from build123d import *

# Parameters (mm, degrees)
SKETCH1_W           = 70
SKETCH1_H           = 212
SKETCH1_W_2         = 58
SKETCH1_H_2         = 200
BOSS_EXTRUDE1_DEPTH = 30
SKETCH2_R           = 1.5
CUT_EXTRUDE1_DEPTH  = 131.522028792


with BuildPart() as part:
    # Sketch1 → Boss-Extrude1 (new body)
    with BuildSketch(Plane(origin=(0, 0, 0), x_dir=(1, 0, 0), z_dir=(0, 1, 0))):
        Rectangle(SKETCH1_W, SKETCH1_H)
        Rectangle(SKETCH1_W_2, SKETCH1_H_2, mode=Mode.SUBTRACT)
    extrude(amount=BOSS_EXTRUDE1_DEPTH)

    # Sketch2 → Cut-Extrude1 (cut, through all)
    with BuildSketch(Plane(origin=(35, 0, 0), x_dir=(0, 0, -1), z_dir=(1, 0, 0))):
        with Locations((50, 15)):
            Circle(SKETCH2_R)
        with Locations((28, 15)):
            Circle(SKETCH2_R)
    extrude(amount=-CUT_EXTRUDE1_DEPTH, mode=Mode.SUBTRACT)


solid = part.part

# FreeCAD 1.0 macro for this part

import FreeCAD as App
import Part
import Sketcher

V = App.Vector


def add_polygon(sketch, points):
    """Adds a closed chain of lines whose ends are joined by coincident constraints."""
    first, n = sketch.GeometryCount, len(points)
    for a, b in zip(points, points[1:] + points[:1]):
        sketch.addGeometry(Part.LineSegment(App.Vector(*a, 0), App.Vector(*b, 0)), False)
    for i in range(n):
        sketch.addConstraint(Sketcher.Constraint("Coincident", first + i, 2, first + (i + 1) % n, 1))

doc = App.newDocument("Part")
body = doc.addObject("PartDesign::Body", "Body")

sketch1 = body.newObject("Sketcher::SketchObject", "Sketch")
sketch1.AttachmentSupport = (doc.getObject("XZ_Plane"), [""])
sketch1.MapMode = "FlatFace"
add_polygon(sketch1, [(-35, -106), (-35, 106), (35, 106), (35, -106)])
add_polygon(sketch1, [(29, 100), (-29, 100), (-29, -100), (29, -100)])
sketch1.addConstraint([
    Sketcher.Constraint("Vertical", 0),
    Sketcher.Constraint("Horizontal", 1),
    Sketcher.Constraint("Vertical", 2),
    Sketcher.Constraint("Horizontal", 3),
    Sketcher.Constraint("Horizontal", 4),
    Sketcher.Constraint("Vertical", 5),
    Sketcher.Constraint("Horizontal", 6),
    Sketcher.Constraint("Vertical", 7),
    Sketcher.Constraint("Symmetric", 0, 2, 2, 2, -1, 1),
    Sketcher.Constraint("Symmetric", 4, 2, 6, 2, -1, 1),
    Sketcher.Constraint("DistanceX", 1, 1, 1, 2, 70.0),
    Sketcher.Constraint("DistanceX", 4, 2, 4, 1, 58.0),
    Sketcher.Constraint("DistanceY", 0, 1, 0, 2, 212.0),
    Sketcher.Constraint("DistanceY", 5, 2, 5, 1, 200.0),
])
pad1 = body.newObject("PartDesign::Pad", "Pad")
pad1.Profile = sketch1
pad1.Length = 30
pad1.Reversed = True

sketch2 = body.newObject("Sketcher::SketchObject", "Sketch001")
sketch2.AttachmentSupport = (doc.getObject("YZ_Plane"), [""])
sketch2.MapMode = "FlatFace"
sketch2.AttachmentOffset = App.Placement(V(0, 0, 35), App.Rotation())
sketch2.addGeometry([
    Part.Circle(V(15, -50, 0), V(0, 0, 1), 1.5),
    Part.Circle(V(15, -28, 0), V(0, 0, 1), 1.5),
], False)
sketch2.addConstraint([
    Sketcher.Constraint("Equal", 0, 1),
    Sketcher.Constraint("Vertical", 0, 3, 1, 3),
    Sketcher.Constraint("Diameter", 0, 3.0),
    Sketcher.Constraint("DistanceX", -1, 1, 0, 3, 15.0),
    Sketcher.Constraint("DistanceY", 0, 3, -1, 1, 50.0),
    Sketcher.Constraint("DistanceY", 1, 3, -1, 1, 28.0),
])
pocket1 = body.newObject("PartDesign::Pocket", "Pocket")
pocket1.Profile = sketch2
pocket1.Type = "ThroughAll"

doc.recompute()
********************
• Work task: Reproduce verbatim only the segment of the listing bounded by the line containing "extrude(amount=BOSS_EXTRUDE1_DEPTH)" and the line containing "# FreeCAD 1.0 macro for this part", with both boundary lines included.

• The answer:
    extrude(amount=BOSS_EXTRUDE1_DEPTH)

    # Sketch2 → Cut-Extrude1 (cut, through all)
    with BuildSketch(Plane(origin=(35, 0, 0), x_dir=(0, 0, -1), z_dir=(1, 0, 0))):
        with Locations((50, 15)):
            Circle(SKETCH2_R)
        with Locations((28, 15)):
            Circle(SKETCH2_R)
    extrude(amount=-CUT_EXTRUDE1_DEPTH, mode=Mode.SUBTRACT)


solid = part.part

# FreeCAD 1.0 macro for this part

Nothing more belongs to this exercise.